Try NILIF, nothing in life is free, with him. He does a sit, a down, or some other 'trick' you've taught him before he eats, goes through a door, gets petted, is re-allowed(?) up on the couch, etc. I've heard it's good for overly pushy, feisty, assertive dogs.


----------



## Ivy's mom (Feb 15, 2008)

DO you use pee pee pads??? or what for house training. 

Lori


----------



## Katie (Apr 9, 2005)

We use pads to avoid accidents here. Rule of thumb is if you're having accidents it's usually the owners fault, although he may have an underlying health issue that needs attention like a UTI or something. Is he neutered? That also helps with potty training. Once I got my second chi, my first caught on very quickly.. they love to pee on each others pee on the pads :lol:


----------



## Chi-Chi (Jun 3, 2008)

thanks for all the replies!

I don't use the pee pads...so far what I have been doing is letting him out RIGHT after eatting and sleeping, or when ever he starts pacing. which he ussually does if he has to go..

also when I bring him outside I wait and wait no matter how long (sometimes takes up to 20 minutes) for him to "do his buisness" and when he does he is showered with praise and is finally allowed inside. It has been working quite well, now when I let him outside he usually "goes" first thing and runs back inside to avoid being stuck out there. haha

My parents work at home and I have 4 siblings so someone is ALWAYS home to let him out, which is why I decided to train him to just go outside rather than litter box's or pee pads.
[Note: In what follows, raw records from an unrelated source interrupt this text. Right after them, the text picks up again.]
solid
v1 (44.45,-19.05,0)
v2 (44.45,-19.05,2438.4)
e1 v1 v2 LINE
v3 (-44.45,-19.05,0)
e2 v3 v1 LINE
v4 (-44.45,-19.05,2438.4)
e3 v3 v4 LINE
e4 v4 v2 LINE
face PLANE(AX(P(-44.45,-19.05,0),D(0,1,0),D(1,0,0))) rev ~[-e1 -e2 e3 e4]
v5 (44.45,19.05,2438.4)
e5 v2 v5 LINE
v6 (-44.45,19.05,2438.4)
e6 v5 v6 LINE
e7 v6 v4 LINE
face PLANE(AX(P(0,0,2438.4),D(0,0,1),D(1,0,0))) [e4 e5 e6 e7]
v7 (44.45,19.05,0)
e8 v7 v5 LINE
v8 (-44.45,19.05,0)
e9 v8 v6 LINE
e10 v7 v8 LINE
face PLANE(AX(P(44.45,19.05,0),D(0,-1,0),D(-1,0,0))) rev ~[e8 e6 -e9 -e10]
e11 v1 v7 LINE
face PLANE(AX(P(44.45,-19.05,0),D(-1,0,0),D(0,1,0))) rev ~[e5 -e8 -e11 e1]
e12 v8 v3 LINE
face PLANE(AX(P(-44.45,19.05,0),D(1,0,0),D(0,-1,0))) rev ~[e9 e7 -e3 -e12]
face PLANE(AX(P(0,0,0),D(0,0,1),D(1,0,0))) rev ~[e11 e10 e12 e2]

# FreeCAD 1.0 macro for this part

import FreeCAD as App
import Part
import Sketcher

V = App.Vector
Q = App.Units.Quantity


def add_polygon(sketch, points):
    """Adds a closed chain of lines whose ends are joined by coincident constraints."""
    first, n = sketch.GeometryCount, len(points)
    for a, b in zip(points, points[1:] + points[:1]):
        sketch.addGeometry(Part.LineSegment(App.Vector(*a, 0), App.Vector(*b, 0)), False)
    for i in range(n):
        sketch.addConstraint(Sketcher.Constraint("Coincident", first + i, 2, first + (i + 1) % n, 1))

doc = App.newDocument("Part")
body = doc.addObject("PartDesign::Body", "Body")

sketch1 = body.newObject("Sketcher::SketchObject", "Sketch")
sketch1.AttachmentSupport = (doc.getObject("XY_Plane"), [""])
sketch1.MapMode = "FlatFace"
add_polygon(sketch1, [(-44, 19), (-44, -19), (44, -19), (44, 19)])
sketch1.addConstraint(Sketcher.Constraint("Vertical", 0))
sketch1.addConstraint(Sketcher.Constraint("Horizontal", 1))
sketch1.addConstraint(Sketcher.Constraint("Vertical", 2))
sketch1.addConstraint(Sketcher.Constraint("Horizontal", 3))
sketch1.addConstraint(Sketcher.Constraint("Symmetric", 0, 2, 2, 2, -1, 1))
sketch1.addConstraint(Sketcher.Constraint("DistanceX", 1, 1, 1, 2, Q("3.5 in")))
sketch1.addConstraint(Sketcher.Constraint("DistanceY", 0, 2, 0, 1, Q("1.5 in")))
pad1 = body.newObject("PartDesign::Pad", "Pad")
pad1.Profile = sketch1
pad1.Length = Q("96 in")

doc.recompute()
He also gets walked in the morning, at lunch, once while I'm at school, when I get back from school, and then again in the afternoon..so he is being let out alottt! but I am really hoping he learns to hold it in at least for school hours so I don't always have to come home from school at lunch to walk him.
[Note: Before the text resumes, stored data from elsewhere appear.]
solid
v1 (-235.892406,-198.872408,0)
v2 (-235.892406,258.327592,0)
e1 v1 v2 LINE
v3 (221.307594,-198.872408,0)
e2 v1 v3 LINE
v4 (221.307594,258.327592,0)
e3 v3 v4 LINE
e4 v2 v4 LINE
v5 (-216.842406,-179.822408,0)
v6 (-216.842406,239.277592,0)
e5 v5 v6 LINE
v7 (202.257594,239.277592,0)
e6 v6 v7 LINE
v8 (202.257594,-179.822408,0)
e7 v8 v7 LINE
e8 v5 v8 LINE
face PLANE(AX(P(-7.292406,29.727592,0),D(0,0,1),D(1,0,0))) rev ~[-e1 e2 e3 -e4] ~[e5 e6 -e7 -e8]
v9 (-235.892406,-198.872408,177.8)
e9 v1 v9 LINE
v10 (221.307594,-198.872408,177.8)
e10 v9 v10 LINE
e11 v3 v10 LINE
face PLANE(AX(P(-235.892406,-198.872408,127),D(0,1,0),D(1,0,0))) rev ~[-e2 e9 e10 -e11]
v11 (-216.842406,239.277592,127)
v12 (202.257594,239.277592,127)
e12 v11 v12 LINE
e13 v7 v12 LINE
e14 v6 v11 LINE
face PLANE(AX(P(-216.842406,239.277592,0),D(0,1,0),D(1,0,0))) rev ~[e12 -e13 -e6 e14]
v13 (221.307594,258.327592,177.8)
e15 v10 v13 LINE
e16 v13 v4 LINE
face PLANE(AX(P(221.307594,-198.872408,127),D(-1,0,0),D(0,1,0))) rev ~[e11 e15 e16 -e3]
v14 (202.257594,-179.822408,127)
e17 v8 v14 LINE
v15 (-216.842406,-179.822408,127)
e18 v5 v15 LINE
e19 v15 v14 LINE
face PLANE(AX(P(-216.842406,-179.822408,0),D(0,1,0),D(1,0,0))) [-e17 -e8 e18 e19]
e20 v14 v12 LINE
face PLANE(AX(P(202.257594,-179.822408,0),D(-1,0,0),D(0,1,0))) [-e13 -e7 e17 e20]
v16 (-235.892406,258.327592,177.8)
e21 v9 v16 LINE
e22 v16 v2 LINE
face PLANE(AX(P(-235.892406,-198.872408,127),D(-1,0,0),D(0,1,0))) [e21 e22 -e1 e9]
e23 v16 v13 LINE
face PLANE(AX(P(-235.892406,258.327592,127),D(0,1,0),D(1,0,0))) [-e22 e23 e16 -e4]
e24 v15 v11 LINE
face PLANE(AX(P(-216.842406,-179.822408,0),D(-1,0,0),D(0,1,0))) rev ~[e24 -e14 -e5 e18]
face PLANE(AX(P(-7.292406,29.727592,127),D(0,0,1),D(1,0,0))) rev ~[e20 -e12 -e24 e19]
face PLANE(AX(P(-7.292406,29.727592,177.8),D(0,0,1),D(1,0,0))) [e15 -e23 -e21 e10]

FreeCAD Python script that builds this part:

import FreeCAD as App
import Part
import Sketcher

V = App.Vector
Q = App.Units.Quantity

doc = App.newDocument("Part")
body = doc.addObject("PartDesign::Body", "Body")

sketch1 = doc.addObject("Sketcher::SketchObject", "Sketch")
body.addObject(sketch1)
sketch1.AttachmentSupport = (doc.XY_Plane, [""])
sketch1.MapMode = "FlatFace"
sketch1.addGeometry([
    Part.LineSegment(V(-235.892406, 258.327592, 0), V(-235.892406, -198.872408, 0)),
    Part.LineSegment(V(-235.892406, -198.872408, 0), V(221.307594, -198.872408, 0)),
    Part.LineSegment(V(221.307594, -198.872408, 0), V(221.307594, 258.327592, 0)),
    Part.LineSegment(V(221.307594, 258.327592, 0), V(-235.892406, 258.327592, 0)),
    Part.LineSegment(V(202.257594, -179.822408, 0), V(-216.842406, -179.822408, 0)),
    Part.LineSegment(V(-216.842406, -179.822408, 0), V(-216.842406, 239.277592, 0)),
    Part.LineSegment(V(-216.842406, 239.277592, 0), V(202.257594, 239.277592, 0)),
    Part.LineSegment(V(202.257594, 239.277592, 0), V(202.257594, -179.822408, 0)),
], False)
sketch1.addConstraint([
    Sketcher.Constraint("Coincident", 0, 2, 1, 1),
    Sketcher.Constraint("Coincident", 1, 2, 2, 1),
    Sketcher.Constraint("Coincident", 2, 2, 3, 1),
    Sketcher.Constraint("Coincident", 3, 2, 0, 1),
    Sketcher.Constraint("Coincident", 4, 2, 5, 1),
    Sketcher.Constraint("Coincident", 5, 2, 6, 1),
    Sketcher.Constraint("Coincident", 6, 2, 7, 1),
    Sketcher.Constraint("Coincident", 7, 2, 4, 1),
    Sketcher.Constraint("Vertical", 0),
    Sketcher.Constraint("Horizontal", 1),
    Sketcher.Constraint("Vertical", 2),
    Sketcher.Constraint("Horizontal", 3),
    Sketcher.Constraint("Horizontal", 4),
    Sketcher.Constraint("Vertical", 5),
    Sketcher.Constraint("Horizontal", 6),
    Sketcher.Constraint("Vertical", 7),
    Sketcher.Constraint("Equal", 3, 0),
    Sketcher.Constraint("Equal", 6, 5),
    Sketcher.Constraint("DistanceX", 1, 1, 1, 2, Q("18 in")),
    Sketcher.Constraint("DistanceX", 4, 2, 4, 1, Q("16.5 in")),
    Sketcher.Constraint("DistanceX", 0, 2, 4, 2, Q("0.75 in")),
    Sketcher.Constraint("DistanceY", 0, 2, 4, 2, Q("0.75 in")),
    Sketcher.Constraint("DistanceY", 0, 2, -1, 1, 198.872408),
    Sketcher.Constraint("DistanceX", 0, 2, -1, 1, 235.892406),
])
pad1 = doc.addObject("PartDesign::Pad", "Pad")
body.addObject(pad1)
pad1.Profile = sketch1
pad1.Length = Q("5 in")

sketch2 = doc.addObject("Sketcher::SketchObject", "Sketch001")
body.addObject(sketch2)
sketch2.AttachmentSupport = (doc.XY_Plane, [""])
sketch2.MapMode = "FlatFace"
sketch2.AttachmentOffset = App.Placement(V(0, 0, 5 * 25.4), App.Rotation())
sketch2.addGeometry([
    Part.LineSegment(V(-235.892406, 258.327592, 0), V(-235.892406, -198.872408, 0)),
    Part.LineSegment(V(-235.892406, -198.872408, 0), V(221.307594, -198.872408, 0)),
    Part.LineSegment(V(221.307594, -198.872408, 0), V(221.307594, 258.327592, 0)),
    Part.LineSegment(V(221.307594, 258.327592, 0), V(-235.892406, 258.327592, 0)),
], False)
sketch2.addConstraint([
    Sketcher.Constraint("Coincident", 0, 2, 1, 1),
    Sketcher.Constraint("Coincident", 1, 2, 2, 1),
    Sketcher.Constraint("Coincident", 2, 2, 3, 1),
    Sketcher.Constraint("Coincident", 3, 2, 0, 1),
    Sketcher.Constraint("Vertical", 0),
    Sketcher.Constraint("Horizontal", 1),
    Sketcher.Constraint("Vertical", 2),
    Sketcher.Constraint("Horizontal", 3),
    Sketcher.Constraint("Equal", 3, 0),
    Sketcher.Constraint("DistanceX", 1, 1, 1, 2, Q("18 in")),
    Sketcher.Constraint("DistanceY", 0, 2, -1, 1, 198.872408),
    Sketcher.Constraint("DistanceX", 0, 2, -1, 1, 235.892406),
])
pad2 = doc.addObject("PartDesign::Pad", "Pad001")
body.addObject(pad2)
pad2.Profile = sketch2
pad2.Length = Q("2 in")

doc.recompute()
No, he is not neutered but I plan on getting it done realllyy soon. does is help with house training? I also heared it might help with agression..is that true?

Pauline Leland - I don't quite understand what you mean by NILIF, do you mean that in order to get anything good he has to work for it??

I have been making him sit before he gets food, does that count?

I read somewhere that if a dog growls at you, you should hold them by the scruff and make them lie on their back to show your boss...does this work? or will it make him growl more? or possibly bite?

I also read that if a dog wont stop barking you teach them the quiet command...by saying "quiet" when it's barking and squirt the dog with water afterward to startle the dog...then praise the dog if it keeps quiet. has anyone tried this? does it work?

Lastly, I noticed he doesn't like people taking things away from him. So what I tried was taking away his toys or whatever is in his mouth, praise him if he lets me take it without a fuss, and then I give it back. Is this an OK method? or will it teach him to fear me taking stuff from him more?


thanks! sorry for my long posts and bad grammer.


----------



## Pauline Leland (Oct 9, 2006)

Yes, that's what I meant. He has to work for *everything*.


----------



## *Sarah* (Apr 19, 2005)

Generally if you are having accidents it's best to try and put them out every hour, a chi does have a very small bladder. Also as an un-neutered male he will be marking like crazy in a new place, especially if he is having alpha problems.

as for barking he needs to know who is boss, If he is currently sleeping on your bed etc demote him to a basket, Never allow him to sit next to you while you are eating and only feed him in his dog bowl. You need to show him pack order and that you are alpha not him.

Chi's do bark to protect their owners but I would try to nip this 'aggressive' barking in the bud.


----------